P.P.S. Und schreibe Script-Code zum Zugriff auf Elemente beim onload-Ereignis lieber ans Ende des Dokuments und nicht in den Header. Dann kannst Du sicher sein, dass der Browser schon alles andere korrekt geparst hat, wenn er auf Deinen Script-Code stößt.


----------



## Evil-Devil (24. Jul 2012)

Die Type Bezeichnung braucht es nicht einmal. Modernen Browser ist nur das Script Tag wichtig.

Wobei ich mich schon die ganze Zeit frage ob man den Overflow Scroll Balken überhaupt steuern kann...


----------



## nillehammer (24. Jul 2012)

Evil-Devil hat gesagt.:
			
		

> Die Type Bezeichnung braucht es nicht einmal. Modernen Browser ist nur das Script Tag wichtig.

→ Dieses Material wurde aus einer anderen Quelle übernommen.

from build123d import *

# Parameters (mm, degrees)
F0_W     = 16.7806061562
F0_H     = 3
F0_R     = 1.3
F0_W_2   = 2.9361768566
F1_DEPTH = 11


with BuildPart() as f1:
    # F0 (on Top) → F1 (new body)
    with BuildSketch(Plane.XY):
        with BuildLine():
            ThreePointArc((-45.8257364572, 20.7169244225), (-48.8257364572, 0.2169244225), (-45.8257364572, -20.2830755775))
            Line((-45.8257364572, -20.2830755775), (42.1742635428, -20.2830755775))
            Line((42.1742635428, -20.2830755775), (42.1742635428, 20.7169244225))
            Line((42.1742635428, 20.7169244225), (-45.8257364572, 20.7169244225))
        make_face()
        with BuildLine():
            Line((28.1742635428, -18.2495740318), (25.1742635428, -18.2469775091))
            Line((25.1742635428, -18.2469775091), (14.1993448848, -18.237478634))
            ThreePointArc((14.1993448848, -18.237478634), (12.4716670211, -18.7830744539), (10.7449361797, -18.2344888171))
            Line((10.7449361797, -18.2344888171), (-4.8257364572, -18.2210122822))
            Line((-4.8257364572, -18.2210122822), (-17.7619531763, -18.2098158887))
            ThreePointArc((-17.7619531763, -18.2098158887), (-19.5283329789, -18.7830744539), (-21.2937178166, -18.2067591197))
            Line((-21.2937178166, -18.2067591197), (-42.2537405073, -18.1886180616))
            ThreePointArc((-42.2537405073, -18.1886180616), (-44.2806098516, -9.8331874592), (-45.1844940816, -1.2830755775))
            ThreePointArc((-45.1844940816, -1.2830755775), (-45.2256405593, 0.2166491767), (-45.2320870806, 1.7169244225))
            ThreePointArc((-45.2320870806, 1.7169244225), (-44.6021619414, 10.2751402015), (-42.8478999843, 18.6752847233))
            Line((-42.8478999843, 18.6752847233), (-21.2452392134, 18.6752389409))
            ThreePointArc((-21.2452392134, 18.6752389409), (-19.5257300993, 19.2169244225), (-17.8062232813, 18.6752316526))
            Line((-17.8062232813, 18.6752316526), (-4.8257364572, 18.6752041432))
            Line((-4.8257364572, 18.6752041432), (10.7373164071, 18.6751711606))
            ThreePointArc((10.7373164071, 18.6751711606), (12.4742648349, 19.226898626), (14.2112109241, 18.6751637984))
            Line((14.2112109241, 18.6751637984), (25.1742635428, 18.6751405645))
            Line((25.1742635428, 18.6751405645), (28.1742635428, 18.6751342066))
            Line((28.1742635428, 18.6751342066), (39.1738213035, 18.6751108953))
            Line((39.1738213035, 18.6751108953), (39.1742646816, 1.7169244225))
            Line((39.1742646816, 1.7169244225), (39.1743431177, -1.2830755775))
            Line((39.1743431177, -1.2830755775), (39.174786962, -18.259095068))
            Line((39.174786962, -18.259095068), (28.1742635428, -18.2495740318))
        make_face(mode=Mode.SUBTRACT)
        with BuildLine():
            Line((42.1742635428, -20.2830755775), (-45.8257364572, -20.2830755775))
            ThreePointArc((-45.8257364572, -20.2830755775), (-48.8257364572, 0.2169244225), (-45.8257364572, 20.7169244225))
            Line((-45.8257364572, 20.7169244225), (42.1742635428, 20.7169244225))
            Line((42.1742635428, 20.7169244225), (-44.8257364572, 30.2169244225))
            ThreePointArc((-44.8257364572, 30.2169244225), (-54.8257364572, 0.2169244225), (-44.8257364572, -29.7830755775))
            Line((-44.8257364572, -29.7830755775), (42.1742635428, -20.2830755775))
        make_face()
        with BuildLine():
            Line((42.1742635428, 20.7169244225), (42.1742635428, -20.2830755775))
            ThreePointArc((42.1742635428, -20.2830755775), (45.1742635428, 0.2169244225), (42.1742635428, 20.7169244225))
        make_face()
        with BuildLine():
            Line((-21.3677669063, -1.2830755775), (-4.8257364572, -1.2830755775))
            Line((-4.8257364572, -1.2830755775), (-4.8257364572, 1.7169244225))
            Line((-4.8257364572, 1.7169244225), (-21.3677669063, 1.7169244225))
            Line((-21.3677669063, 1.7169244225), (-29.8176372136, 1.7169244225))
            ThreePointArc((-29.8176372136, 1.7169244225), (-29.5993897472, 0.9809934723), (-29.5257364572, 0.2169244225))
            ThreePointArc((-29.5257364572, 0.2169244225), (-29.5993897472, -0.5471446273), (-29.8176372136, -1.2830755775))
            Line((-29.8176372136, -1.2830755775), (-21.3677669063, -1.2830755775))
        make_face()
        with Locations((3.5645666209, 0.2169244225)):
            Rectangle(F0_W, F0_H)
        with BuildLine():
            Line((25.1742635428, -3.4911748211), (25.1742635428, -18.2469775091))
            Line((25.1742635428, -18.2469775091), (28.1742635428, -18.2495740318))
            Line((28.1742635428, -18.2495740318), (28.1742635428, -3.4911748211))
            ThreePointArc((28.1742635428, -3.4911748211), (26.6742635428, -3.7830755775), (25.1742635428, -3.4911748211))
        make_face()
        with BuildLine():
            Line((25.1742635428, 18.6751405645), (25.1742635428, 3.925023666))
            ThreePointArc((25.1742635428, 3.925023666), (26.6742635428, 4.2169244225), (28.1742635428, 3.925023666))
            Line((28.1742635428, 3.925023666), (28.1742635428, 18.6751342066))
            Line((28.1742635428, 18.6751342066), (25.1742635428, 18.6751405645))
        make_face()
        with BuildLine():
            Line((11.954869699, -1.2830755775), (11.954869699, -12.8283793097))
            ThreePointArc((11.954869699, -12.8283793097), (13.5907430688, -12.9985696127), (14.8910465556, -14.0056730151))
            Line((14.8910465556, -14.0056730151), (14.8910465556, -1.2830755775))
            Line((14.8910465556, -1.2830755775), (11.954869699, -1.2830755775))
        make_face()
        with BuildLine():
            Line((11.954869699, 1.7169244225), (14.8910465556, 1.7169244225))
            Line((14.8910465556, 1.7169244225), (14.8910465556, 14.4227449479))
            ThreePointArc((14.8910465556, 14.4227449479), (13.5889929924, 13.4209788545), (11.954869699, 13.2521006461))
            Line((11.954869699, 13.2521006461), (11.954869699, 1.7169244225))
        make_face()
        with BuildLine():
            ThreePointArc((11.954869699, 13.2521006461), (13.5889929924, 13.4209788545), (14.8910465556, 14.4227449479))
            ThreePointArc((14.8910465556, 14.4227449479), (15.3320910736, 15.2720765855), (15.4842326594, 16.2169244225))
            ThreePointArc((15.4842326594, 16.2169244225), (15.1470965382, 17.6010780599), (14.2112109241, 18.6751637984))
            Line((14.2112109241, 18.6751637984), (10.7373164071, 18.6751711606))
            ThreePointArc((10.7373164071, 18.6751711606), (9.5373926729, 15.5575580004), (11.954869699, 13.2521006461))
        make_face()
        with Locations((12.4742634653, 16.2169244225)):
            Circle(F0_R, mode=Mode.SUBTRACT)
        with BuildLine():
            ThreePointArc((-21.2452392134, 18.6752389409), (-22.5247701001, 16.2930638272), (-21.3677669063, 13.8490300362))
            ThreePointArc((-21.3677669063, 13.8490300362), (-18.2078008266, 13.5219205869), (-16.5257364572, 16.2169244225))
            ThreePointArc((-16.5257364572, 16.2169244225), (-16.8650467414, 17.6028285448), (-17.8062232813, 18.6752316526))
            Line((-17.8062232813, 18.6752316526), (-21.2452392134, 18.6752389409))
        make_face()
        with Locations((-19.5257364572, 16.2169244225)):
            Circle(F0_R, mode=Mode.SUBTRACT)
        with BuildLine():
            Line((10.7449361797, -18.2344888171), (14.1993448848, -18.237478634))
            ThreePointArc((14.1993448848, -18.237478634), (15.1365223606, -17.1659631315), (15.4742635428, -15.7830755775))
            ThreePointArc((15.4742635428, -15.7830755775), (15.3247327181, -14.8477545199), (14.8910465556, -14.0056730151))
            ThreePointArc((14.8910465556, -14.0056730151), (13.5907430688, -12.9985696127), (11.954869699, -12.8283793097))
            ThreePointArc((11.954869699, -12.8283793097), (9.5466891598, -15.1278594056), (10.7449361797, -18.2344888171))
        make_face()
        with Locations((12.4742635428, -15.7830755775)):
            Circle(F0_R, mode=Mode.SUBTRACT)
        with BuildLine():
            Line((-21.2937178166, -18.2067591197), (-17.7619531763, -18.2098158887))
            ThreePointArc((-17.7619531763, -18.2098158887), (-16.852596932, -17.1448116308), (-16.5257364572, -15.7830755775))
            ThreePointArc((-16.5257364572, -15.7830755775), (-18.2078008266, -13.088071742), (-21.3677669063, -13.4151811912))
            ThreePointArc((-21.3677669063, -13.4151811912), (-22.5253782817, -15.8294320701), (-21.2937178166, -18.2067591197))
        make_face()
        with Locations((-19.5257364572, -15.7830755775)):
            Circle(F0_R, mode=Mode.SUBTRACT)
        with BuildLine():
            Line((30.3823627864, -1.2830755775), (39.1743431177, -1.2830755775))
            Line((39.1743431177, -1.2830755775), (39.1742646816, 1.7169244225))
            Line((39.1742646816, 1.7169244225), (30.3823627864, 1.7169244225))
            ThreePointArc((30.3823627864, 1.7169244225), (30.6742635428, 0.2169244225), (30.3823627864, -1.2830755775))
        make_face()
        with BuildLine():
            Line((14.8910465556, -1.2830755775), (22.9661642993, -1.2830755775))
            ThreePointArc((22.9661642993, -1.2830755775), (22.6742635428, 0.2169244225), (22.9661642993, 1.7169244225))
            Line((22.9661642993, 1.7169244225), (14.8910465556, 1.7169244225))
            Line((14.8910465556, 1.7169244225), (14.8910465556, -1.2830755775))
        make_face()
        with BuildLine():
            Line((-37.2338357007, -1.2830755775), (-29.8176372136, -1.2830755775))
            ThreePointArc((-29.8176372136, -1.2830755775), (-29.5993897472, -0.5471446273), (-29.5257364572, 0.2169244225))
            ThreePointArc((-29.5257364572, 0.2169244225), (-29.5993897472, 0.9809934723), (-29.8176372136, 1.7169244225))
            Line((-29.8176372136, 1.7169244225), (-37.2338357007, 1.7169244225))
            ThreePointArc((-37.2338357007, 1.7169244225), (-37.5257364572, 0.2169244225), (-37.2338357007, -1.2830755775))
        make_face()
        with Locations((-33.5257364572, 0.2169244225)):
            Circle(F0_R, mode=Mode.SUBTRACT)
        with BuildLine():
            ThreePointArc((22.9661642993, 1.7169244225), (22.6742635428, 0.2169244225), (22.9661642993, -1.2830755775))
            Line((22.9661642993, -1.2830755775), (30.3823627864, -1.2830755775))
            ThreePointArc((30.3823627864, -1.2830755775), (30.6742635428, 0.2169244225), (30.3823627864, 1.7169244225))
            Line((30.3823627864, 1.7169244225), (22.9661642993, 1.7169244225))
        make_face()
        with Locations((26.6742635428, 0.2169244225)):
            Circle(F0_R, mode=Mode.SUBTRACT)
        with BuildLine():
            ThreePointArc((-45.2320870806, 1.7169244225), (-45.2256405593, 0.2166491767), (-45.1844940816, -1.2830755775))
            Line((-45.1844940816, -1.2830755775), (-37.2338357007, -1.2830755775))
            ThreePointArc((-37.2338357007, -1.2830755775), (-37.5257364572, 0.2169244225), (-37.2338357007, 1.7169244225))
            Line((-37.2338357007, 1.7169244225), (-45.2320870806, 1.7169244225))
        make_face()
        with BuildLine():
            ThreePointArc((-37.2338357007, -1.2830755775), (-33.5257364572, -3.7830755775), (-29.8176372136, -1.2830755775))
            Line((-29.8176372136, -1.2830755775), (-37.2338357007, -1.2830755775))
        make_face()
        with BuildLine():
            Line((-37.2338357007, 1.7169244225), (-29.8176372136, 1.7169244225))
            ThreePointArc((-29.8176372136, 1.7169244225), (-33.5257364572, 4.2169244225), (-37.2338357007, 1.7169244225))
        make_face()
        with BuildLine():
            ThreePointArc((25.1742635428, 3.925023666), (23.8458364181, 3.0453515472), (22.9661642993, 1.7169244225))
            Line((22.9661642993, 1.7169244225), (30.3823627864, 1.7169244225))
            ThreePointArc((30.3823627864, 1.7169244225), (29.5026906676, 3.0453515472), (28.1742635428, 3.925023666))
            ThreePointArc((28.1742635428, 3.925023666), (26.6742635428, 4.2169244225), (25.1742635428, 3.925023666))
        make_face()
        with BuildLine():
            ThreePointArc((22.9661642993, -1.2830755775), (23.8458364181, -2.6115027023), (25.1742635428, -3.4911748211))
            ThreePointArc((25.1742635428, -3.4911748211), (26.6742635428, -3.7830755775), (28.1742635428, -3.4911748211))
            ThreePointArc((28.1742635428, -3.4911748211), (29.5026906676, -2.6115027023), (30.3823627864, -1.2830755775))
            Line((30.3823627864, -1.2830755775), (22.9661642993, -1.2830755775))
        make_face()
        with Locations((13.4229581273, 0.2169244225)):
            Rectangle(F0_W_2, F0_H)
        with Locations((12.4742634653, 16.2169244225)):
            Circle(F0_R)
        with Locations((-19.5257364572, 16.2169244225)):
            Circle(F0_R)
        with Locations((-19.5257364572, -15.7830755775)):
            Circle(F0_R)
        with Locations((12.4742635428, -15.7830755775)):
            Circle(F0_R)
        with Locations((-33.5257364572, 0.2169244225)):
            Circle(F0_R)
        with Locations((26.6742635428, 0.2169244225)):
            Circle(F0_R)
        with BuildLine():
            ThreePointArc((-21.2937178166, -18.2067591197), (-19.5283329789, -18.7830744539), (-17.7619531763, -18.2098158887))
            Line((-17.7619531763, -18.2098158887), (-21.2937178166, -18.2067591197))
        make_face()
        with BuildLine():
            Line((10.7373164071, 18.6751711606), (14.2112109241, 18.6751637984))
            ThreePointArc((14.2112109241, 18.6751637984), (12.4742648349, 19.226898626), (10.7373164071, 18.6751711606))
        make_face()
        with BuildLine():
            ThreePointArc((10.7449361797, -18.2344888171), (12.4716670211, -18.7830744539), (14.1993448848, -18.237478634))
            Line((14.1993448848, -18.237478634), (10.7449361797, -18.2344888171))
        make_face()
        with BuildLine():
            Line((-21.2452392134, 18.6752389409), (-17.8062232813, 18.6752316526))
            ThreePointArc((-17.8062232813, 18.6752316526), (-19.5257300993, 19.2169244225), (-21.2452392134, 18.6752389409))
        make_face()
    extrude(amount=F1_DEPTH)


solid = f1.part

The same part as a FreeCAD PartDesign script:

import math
import FreeCAD as App
import Part
import Sketcher
Q = App.Units.Quantity

doc = App.newDocument("Part")
body = doc.addObject("PartDesign::Body", "Body")

# Sketch on XY plane
sketch1 = body.newObject("Sketcher::SketchObject", "Sketch")
sketch1.AttachmentSupport = (doc.getObject("XY_Plane"), [""])
sketch1.MapMode = "FlatFace"
sketch1.addGeometry(Part.LineSegment(App.Vector(42.174264, 20.716924, 0), App.Vector(-44.825736, 30.216924, 0)), False)
sketch1.addGeometry(Part.ArcOfCircle(Part.Circle(App.Vector(-4.825736, 0.216924, 0), App.Vector(0, 0, 1), 50), math.radians(143.130102), math.radians(216.869898)), False)
sketch1.addGeometry(Part.LineSegment(App.Vector(-44.825736, -29.783076, 0), App.Vector(42.174264, -20.283076, 0)), False)
sketch1.addGeometry(Part.ArcOfCircle(Part.Circle(App.Vector(-26.367403, 0.216924, 0), App.Vector(0, 0, 1), 71.541667), math.radians(-16.651301), math.radians(16.651301)), False)
sketch1.addGeometry(Part.ArcOfCircle(Part.Circle(App.Vector(12.474264, -15.783076, 0), App.Vector(0, 0, 1), 3), math.radians(99.969929), math.radians(234.799289)), False)
sketch1.addGeometry(Part.LineSegment(App.Vector(10.744936, -18.234489, 0), App.Vector(-4.825736, -18.221012, 0)), False)
sketch1.addGeometry(Part.LineSegment(App.Vector(-4.825736, -18.221012, 0), App.Vector(-17.761953, -18.209816, 0)), False)
sketch1.addGeometry(Part.ArcOfCircle(Part.Circle(App.Vector(-19.525736, -15.783076, 0), App.Vector(0, 0, 1), 3), math.radians(-53.989907), math.radians(0)), False)
sketch1.addGeometry(Part.ArcOfCircle(Part.Circle(App.Vector(-19.525736, -15.783076, 0), App.Vector(0, 0, 1), 3), math.radians(0), math.radians(127.880031)), False)
sketch1.addGeometry(Part.ArcOfCircle(Part.Circle(App.Vector(-19.525736, -15.783076, 0), App.Vector(0, 0, 1), 3), math.radians(127.880031), math.radians(233.890727)), False)
sketch1.addGeometry(Part.LineSegment(App.Vector(-21.293718, -18.206759, 0), App.Vector(-42.253741, -18.188618, 0)), False)
sketch1.addGeometry(Part.ArcOfCircle(Part.Circle(App.Vector(19.624614, 1.245455, 0), App.Vector(0, 0, 1), 64.858415), math.radians(-177.765735), math.radians(-162.564113)), False)
sketch1.addGeometry(Part.LineSegment(App.Vector(-45.184494, -1.283076, 0), App.Vector(-37.233836, -1.283076, 0)), False)
sketch1.addGeometry(Part.ArcOfCircle(Part.Circle(App.Vector(-33.525736, 0.216924, 0), App.Vector(0, 0, 1), 4), math.radians(-157.975687), math.radians(-22.024313)), False)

Kann sein, dass man sie komplett weg lassen kann. Das habe ich nicht getestet. Tatsache ist aber, dass *wenn* man sie einfügt, sie richtig sein muss. Zumindest im IE9 hat das Script nämlich erst funktioniert, als ich das korrigiert hatte.


			
				Evil-Devil hat gesagt.:
			
		

> Wobei ich mich schon die ganze Zeit frage ob man den Overflow Scroll Balken überhaupt steuern kann...


Ja kann man. Hab ich ausprobiert.


----------